How to Maximize Your Workout When You Have No Time
Consistent and regular workouts—totaling at least two-and-a-half hours of moderate-intensity exercise per week—comprise one of the pillars of good health. But sometimes, work obligations and family commitments can make scheduling time to hit the gym easier said than done. On days when an hour-long class or gym session isn’t possible, you can likely manage to carve out a little time, say, 20 minutes, to stick to your exercise goals.

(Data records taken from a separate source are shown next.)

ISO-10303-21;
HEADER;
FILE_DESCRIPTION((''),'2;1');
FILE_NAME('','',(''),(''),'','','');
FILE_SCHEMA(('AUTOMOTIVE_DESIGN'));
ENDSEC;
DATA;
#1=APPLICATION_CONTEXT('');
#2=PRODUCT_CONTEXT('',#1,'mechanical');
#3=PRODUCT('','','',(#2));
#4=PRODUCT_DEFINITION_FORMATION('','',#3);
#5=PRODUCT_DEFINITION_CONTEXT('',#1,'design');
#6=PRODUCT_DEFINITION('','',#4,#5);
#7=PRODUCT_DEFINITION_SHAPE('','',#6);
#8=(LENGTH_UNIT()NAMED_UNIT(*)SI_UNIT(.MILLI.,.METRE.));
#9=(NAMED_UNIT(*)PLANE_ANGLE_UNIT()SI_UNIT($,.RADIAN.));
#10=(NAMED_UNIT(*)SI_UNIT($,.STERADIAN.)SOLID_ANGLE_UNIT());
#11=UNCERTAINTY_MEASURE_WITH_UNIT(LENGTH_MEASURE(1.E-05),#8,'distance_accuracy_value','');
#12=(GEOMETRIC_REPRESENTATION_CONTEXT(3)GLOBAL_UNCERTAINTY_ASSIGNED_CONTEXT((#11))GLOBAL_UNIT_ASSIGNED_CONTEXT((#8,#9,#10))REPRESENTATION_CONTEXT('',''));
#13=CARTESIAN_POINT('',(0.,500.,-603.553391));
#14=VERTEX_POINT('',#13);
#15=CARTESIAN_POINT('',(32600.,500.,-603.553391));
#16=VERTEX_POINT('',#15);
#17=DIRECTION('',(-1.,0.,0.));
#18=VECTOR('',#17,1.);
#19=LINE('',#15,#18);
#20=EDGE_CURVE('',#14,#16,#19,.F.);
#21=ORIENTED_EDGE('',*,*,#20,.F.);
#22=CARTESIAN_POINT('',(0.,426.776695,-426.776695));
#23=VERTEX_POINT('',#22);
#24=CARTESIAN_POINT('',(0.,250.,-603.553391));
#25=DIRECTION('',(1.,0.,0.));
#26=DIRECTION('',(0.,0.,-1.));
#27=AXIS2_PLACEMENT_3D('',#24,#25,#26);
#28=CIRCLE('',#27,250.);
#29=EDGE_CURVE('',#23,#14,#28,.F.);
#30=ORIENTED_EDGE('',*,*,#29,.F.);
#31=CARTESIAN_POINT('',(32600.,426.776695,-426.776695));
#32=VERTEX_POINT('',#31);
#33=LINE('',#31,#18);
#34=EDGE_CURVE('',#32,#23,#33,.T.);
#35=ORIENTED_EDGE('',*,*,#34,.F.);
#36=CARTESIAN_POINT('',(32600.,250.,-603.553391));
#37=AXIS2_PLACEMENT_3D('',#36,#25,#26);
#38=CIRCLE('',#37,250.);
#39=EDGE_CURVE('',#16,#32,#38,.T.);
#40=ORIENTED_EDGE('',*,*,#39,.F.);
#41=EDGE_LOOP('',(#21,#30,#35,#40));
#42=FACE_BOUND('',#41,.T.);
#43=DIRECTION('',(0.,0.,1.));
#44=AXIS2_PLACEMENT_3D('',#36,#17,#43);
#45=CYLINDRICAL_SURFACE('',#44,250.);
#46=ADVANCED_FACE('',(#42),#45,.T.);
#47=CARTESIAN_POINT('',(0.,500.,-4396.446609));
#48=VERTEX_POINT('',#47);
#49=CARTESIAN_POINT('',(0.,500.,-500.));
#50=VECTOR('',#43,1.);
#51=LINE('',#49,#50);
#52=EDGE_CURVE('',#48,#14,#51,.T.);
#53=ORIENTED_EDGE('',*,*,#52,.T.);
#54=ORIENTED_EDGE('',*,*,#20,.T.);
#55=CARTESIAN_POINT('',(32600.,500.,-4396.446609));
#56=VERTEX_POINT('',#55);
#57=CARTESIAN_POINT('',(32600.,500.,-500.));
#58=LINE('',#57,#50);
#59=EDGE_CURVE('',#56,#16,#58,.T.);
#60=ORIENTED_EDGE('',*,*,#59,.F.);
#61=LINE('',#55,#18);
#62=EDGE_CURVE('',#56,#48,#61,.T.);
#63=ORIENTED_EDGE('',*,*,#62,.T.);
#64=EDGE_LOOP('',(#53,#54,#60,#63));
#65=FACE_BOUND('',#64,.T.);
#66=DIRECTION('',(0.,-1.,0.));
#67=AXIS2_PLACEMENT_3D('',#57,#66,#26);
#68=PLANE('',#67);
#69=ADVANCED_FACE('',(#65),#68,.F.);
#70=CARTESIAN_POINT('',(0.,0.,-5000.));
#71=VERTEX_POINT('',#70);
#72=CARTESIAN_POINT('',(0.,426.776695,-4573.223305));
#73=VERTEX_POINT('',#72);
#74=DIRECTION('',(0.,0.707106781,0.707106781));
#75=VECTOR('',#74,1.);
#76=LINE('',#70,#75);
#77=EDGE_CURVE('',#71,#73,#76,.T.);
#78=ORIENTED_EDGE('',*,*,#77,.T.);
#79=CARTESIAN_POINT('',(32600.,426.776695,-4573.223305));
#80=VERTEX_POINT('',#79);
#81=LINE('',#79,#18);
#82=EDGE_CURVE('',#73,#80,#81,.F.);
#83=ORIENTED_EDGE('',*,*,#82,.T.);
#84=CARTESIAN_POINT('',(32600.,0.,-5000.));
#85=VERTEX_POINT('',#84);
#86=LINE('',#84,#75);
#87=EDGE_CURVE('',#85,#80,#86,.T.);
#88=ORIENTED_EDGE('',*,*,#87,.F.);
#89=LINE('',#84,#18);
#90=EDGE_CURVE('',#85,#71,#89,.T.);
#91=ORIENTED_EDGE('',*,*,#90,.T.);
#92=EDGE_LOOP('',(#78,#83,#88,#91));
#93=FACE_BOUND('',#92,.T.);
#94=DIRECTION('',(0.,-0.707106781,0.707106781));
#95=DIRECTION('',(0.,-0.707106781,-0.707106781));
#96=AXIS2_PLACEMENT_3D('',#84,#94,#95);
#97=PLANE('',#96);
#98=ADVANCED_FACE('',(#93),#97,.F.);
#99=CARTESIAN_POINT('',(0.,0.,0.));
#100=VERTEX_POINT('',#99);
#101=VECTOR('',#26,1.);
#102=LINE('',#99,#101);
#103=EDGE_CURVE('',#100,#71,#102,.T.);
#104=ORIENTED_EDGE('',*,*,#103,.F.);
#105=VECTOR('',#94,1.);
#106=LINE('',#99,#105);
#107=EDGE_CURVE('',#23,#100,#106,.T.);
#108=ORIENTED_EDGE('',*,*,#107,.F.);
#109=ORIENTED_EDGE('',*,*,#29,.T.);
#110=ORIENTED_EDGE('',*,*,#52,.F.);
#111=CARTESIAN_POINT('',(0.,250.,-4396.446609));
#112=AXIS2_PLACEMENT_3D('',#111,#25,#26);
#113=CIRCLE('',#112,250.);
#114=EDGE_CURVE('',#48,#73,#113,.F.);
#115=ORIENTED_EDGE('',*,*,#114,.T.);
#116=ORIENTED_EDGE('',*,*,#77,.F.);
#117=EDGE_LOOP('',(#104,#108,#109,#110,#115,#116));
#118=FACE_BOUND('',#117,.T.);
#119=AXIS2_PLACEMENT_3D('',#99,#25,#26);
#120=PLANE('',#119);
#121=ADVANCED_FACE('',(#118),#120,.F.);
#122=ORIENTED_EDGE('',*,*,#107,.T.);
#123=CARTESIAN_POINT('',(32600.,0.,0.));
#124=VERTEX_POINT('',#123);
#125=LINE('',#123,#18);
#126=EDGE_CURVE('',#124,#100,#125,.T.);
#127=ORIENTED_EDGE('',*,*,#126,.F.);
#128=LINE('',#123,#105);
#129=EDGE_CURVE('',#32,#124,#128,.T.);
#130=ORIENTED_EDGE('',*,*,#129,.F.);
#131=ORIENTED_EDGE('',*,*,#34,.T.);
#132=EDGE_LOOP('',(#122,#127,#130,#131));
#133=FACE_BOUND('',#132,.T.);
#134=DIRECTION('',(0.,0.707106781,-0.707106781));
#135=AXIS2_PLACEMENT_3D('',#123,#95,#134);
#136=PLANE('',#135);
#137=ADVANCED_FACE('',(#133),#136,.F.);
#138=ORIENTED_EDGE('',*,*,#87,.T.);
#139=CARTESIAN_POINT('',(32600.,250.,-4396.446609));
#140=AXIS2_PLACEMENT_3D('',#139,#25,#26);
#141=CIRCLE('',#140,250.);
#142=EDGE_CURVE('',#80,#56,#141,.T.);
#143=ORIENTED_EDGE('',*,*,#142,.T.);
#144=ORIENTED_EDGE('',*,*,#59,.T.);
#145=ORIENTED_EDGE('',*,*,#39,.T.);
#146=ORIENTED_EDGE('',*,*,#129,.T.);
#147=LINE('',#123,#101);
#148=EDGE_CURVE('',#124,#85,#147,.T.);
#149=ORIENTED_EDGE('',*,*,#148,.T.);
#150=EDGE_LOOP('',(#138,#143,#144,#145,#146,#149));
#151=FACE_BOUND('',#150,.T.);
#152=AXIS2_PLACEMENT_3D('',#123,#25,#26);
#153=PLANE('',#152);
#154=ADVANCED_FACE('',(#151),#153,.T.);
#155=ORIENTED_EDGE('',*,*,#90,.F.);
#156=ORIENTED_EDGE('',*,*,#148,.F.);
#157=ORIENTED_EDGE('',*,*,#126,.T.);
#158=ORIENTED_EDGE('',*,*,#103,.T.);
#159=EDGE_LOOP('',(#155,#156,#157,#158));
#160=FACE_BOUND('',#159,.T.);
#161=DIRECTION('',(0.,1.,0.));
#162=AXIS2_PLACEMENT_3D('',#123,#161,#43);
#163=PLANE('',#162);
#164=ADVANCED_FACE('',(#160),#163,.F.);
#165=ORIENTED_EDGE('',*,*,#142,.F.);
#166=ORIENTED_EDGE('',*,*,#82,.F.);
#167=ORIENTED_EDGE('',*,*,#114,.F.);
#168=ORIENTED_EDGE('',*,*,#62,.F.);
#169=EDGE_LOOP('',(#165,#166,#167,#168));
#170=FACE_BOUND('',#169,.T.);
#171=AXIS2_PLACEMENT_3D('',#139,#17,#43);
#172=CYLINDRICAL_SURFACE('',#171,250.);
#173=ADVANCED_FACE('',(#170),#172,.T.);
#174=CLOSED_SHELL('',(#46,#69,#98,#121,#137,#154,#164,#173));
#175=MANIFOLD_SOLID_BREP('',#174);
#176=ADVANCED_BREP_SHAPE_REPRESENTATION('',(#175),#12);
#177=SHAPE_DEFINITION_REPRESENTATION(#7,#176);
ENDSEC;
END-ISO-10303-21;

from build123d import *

# Parameters (mm, degrees)
EXTRUDE_1_DEPTH = 32600
FILLET_1_R      = 250


with BuildPart() as part:
    # 草图1 → 凸台-拉伸1 (new body)
    with BuildSketch(Plane(origin=(0, 0, 0), x_dir=(0, 0, -1), z_dir=(1, 0, 0))):
        Polygon((0, 0), (5000, 0), (4500, 500), (500, 500), align=None)
    extrude(amount=EXTRUDE_1_DEPTH)

    # 圆角1
    fillet_1_edges = [part.edges().sort_by_distance(p)[0] for p in [
        (16300, 500, -500),
        (16300, 500, -4500),
    ]]
    fillet(fillet_1_edges, radius=FILLET_1_R)


solid = part.part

Of course, you’ll have to overcome the urge to make excuses to just skip altogether (“Getting to the gym and back would take longer; besides, it’ll probably be really crowded and I won’t get anything done anyway.”). The truth is: Even a short amount of time can be productive. The first step is to shift your mindset. The gym can be great for workouts, but the place doesn’t have a monopoly on physical activity. “Every movement is exercise,” says Ethan Benda, a certified trainer in Kansas City, Missouri.

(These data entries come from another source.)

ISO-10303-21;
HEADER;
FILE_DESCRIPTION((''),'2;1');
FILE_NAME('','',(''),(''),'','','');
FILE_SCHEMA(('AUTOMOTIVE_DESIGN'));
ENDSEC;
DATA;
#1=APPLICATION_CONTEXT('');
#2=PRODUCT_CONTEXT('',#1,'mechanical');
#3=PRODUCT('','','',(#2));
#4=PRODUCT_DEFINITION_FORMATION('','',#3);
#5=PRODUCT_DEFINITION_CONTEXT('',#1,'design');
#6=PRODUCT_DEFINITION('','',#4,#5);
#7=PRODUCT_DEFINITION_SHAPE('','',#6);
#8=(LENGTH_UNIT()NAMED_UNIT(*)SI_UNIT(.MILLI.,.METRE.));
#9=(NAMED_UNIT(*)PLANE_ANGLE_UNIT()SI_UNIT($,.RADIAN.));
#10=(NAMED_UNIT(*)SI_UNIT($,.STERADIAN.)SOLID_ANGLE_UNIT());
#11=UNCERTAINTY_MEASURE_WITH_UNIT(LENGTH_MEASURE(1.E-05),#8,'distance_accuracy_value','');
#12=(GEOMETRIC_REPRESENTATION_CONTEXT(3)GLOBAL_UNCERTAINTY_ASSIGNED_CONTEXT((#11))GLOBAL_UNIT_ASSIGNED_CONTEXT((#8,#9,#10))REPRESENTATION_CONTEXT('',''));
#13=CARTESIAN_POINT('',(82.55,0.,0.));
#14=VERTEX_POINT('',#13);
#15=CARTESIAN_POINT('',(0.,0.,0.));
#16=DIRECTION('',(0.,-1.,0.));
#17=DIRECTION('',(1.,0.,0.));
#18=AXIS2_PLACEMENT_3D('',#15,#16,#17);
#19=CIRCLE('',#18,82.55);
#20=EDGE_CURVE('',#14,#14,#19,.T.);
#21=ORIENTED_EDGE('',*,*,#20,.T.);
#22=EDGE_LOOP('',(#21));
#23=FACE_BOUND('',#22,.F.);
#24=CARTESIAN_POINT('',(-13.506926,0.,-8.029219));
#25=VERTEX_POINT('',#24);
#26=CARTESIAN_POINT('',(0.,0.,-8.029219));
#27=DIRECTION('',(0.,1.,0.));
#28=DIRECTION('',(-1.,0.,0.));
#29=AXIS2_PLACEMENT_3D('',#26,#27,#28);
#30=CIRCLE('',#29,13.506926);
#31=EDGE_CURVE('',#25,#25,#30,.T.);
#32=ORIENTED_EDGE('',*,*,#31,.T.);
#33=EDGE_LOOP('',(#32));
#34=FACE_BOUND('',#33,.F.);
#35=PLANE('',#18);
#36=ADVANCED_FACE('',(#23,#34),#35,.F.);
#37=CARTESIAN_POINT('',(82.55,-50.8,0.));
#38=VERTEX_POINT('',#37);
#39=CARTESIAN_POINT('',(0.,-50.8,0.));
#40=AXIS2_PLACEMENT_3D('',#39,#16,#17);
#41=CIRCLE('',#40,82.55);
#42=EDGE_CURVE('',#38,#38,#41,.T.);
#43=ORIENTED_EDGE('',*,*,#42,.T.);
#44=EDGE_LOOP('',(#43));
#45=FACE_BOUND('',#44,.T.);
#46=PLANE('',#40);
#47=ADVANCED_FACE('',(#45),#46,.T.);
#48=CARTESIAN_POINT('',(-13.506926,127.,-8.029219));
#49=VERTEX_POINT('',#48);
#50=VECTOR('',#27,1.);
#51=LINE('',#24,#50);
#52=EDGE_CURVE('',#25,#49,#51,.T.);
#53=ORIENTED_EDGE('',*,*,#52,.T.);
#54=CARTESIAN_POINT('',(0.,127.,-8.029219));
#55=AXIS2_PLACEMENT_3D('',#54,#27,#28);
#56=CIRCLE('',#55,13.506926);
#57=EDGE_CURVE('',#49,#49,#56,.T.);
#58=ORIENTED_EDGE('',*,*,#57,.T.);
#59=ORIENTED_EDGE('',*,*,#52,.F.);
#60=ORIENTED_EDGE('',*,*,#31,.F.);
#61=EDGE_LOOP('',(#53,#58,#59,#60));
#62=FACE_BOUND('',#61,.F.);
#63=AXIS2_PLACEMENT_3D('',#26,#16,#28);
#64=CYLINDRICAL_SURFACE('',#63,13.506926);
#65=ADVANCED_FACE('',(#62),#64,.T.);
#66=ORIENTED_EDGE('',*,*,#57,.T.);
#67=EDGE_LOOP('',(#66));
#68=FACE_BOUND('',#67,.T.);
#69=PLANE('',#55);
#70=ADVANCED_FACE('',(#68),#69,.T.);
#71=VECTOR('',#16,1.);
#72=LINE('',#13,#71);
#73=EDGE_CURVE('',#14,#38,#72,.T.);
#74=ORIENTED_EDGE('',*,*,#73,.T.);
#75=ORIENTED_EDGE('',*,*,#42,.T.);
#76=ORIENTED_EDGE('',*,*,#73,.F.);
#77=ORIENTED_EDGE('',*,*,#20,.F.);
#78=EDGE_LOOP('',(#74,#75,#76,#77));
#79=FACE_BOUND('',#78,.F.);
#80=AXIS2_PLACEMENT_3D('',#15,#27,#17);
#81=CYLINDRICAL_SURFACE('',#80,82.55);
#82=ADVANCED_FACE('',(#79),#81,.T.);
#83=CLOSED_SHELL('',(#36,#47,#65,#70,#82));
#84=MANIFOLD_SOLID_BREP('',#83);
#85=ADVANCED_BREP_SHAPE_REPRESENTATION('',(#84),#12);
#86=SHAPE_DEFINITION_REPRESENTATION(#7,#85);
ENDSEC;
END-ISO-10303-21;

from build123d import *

# Parameters (mm, degrees)
F0_R     = 82.55
F1_DEPTH = 50.8
F2_R     = 13.506926
F3_DEPTH = 127


with BuildPart() as f1:
    # F0 (on Front) → F1 (new body)
    with BuildSketch(Plane.XZ):
        Circle(F0_R)
    extrude(amount=F1_DEPTH)

    # F2 (on face) → F3 (join)
    with BuildSketch(Plane(origin=(0, 0, 0), x_dir=(-1, 0, 0), z_dir=(0, 1, 0))):
        with Locations((0, -8.029219)):
            Circle(F2_R)
    extrude(amount=F3_DEPTH)


solid = f1.part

Once you grasp that, the only challenge is figuring out how to best use your small window. Here’s a plan for every type of exerciser, from workout newbie to gym rat.
When You’re Still Learning: The Newcomers
Those who are new to exercise face the biggest challenge when their schedule is upended. “You’re bad at exercise, you don’t have the habit,” says Alex McBrairty, fitness coach in Ann Arbor, Michigan. It’s a lot easier to make excuses to skip the gym if you’ve never established working out as part of your routine.

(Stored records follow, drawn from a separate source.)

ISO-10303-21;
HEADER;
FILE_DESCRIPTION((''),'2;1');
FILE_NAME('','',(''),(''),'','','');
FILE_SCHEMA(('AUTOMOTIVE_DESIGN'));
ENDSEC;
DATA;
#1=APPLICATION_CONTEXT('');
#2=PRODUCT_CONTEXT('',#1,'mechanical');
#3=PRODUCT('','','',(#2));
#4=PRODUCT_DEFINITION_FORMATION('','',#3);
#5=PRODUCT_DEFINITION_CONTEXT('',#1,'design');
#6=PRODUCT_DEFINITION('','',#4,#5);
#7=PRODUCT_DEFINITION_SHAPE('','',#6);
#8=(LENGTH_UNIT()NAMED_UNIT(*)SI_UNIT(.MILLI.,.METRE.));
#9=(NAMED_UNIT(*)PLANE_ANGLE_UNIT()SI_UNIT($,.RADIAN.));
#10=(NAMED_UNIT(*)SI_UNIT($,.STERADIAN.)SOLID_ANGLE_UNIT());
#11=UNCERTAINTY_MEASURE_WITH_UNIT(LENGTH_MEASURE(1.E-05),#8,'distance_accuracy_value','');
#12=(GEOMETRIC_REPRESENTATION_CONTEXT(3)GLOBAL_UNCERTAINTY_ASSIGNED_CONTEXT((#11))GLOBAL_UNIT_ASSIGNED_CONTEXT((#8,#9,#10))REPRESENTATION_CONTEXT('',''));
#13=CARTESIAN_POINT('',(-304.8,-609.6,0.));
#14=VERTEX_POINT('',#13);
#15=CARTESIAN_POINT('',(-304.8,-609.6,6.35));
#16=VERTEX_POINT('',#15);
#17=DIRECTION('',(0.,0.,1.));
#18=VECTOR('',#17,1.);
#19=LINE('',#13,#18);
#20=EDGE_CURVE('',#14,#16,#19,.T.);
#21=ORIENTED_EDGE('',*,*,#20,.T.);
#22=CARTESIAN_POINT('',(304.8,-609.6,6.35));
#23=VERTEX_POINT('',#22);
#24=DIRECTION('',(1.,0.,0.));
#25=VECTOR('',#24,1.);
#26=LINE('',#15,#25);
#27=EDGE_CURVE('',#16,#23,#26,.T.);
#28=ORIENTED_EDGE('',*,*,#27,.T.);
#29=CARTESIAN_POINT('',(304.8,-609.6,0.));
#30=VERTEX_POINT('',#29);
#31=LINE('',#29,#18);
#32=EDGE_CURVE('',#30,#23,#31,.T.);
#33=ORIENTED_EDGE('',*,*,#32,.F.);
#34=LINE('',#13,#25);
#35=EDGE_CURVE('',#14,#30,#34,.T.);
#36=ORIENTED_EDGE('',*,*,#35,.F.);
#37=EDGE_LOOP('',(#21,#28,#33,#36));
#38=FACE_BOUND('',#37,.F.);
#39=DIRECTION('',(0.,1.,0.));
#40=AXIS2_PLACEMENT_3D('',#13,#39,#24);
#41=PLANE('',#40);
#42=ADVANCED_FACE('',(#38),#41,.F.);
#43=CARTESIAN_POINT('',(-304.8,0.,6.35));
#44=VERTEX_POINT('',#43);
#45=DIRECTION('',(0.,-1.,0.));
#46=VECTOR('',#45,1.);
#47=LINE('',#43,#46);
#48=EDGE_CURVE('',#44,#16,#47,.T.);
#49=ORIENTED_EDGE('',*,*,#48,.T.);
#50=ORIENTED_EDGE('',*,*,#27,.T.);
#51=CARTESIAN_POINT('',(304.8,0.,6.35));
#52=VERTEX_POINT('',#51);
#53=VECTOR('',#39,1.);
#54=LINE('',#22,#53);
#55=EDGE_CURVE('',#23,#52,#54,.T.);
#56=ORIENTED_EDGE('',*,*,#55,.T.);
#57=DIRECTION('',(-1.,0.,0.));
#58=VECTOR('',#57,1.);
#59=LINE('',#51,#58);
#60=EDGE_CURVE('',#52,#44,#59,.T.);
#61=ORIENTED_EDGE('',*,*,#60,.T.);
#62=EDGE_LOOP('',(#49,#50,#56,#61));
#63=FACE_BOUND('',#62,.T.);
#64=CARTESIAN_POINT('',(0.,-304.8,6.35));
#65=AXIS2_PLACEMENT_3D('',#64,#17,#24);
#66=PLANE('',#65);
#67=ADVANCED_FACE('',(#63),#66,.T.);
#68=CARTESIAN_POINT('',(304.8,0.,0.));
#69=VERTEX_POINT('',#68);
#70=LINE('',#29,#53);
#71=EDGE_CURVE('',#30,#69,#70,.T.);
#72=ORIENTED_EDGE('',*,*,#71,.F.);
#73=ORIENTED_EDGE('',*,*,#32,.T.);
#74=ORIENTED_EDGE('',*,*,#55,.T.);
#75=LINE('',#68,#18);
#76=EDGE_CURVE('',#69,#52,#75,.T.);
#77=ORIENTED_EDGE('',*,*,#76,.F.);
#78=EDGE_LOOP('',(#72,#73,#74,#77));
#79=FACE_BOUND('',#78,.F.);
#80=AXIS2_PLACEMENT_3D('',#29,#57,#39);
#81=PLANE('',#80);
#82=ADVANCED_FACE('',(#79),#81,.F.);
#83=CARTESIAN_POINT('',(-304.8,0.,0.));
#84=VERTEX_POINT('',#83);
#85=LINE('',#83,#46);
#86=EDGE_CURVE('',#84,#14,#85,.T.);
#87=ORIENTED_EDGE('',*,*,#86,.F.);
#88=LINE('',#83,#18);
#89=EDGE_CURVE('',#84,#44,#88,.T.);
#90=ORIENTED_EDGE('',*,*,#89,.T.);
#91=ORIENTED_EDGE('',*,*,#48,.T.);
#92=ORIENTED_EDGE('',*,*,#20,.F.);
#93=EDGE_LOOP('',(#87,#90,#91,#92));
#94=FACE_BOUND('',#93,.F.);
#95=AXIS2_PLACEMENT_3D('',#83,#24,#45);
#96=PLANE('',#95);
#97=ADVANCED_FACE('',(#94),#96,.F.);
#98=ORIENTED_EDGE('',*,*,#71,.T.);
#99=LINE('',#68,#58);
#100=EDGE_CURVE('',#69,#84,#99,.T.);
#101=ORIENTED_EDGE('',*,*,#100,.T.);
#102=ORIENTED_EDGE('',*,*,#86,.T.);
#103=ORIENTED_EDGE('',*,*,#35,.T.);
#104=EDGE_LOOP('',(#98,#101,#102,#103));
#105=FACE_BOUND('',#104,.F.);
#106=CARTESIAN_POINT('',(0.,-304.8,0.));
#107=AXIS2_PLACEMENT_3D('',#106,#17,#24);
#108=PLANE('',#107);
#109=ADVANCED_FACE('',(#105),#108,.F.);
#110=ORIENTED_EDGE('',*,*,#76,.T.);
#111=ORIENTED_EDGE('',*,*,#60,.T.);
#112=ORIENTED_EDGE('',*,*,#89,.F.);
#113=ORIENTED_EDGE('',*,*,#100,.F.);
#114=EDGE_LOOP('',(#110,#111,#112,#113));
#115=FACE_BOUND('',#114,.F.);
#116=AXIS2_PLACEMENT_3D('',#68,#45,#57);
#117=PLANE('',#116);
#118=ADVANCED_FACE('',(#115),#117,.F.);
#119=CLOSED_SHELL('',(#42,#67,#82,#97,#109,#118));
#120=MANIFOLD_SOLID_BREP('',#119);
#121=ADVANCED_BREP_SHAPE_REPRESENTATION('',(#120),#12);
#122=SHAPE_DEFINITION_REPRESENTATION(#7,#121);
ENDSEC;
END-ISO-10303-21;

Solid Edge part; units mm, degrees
sketch "Sketch1" plane through (0, 0, 0) normal (0, 0, 1) x (1, 0, 0)
  line L0 (-304.8, -609.6) -> (304.8, -609.6)
  line L1 (304.8, -609.6) -> (304.8, 0)
  line L2 (304.8, 0) -> (-304.8, 0)
  line L3 (-304.8, 0) -> (-304.8, -609.6)
  dimension "D1" = 609.6
  dimension "D2" = 609.6
extrude "Protrusion1" add sketch "Sketch1" along normal blind 6.35
extrude "Cutout1" [suppressed]
properties material "Wood, Pine"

Instead of trying to motivate yourself to go to the gym when you know you only have 20 minutes to work out, just do something physical. You want to establish what McBrairty calls a Minimum Activity Plan or MAP, which is the least amount you can do and feel like you’ve done something. This could be a 10-minute walk, 15 minutes of stretching, or something else that doesn’t rely on equipment or a specific location. Try breaking out one of those seven-minute workout apps or 20-minute YouTube yoga videos—just be sure to choose something that includes a beginner routine. Your main goal is to build the exercise habit. That comes from being consistent and getting small wins, such as following through on your MAP. “It gets you successful, and you grow to getting excited,” he says.
Another way to fight the inertia that can keep us sofa-bound is to treat the time as a reward, not as punishment. “You have 15 minutes to do something. Make the best of it,” Benda says. If your new fitness program involves sessions with a trainer, have them write up a shorter workout plan just for times like this. If you’re already clear on the specific moves, you can start by doing 10 repetitions of each exercise in your normal routine, keeping your rest time to 30 seconds. For example, three sets for six different body parts is 18 total sets. With each set taking about 20 seconds, that’s six minutes of exercise, eight-and-a-half minutes of rest time, and you’re done in under 15 minutes.
You Could Go Either Way: The Occasional Exercisers
You regularly hit the gym or exercise studio one to two times a week. You don’t mind working out; but, you also don’t mind skipping if you have limited time. The answer is having alternatives. At the gym, pick your three favorite exercises and do two to three sets of 10 to 15 reps in a circuit routine: Do one set of the three exercises in a row, then rest, then do another set. This modified workout helps maintain the habit and also makes the time enjoyable. Exercise can slip into drudgery; but when you have fun, you excel and feel more positive about working out, McBrairty says.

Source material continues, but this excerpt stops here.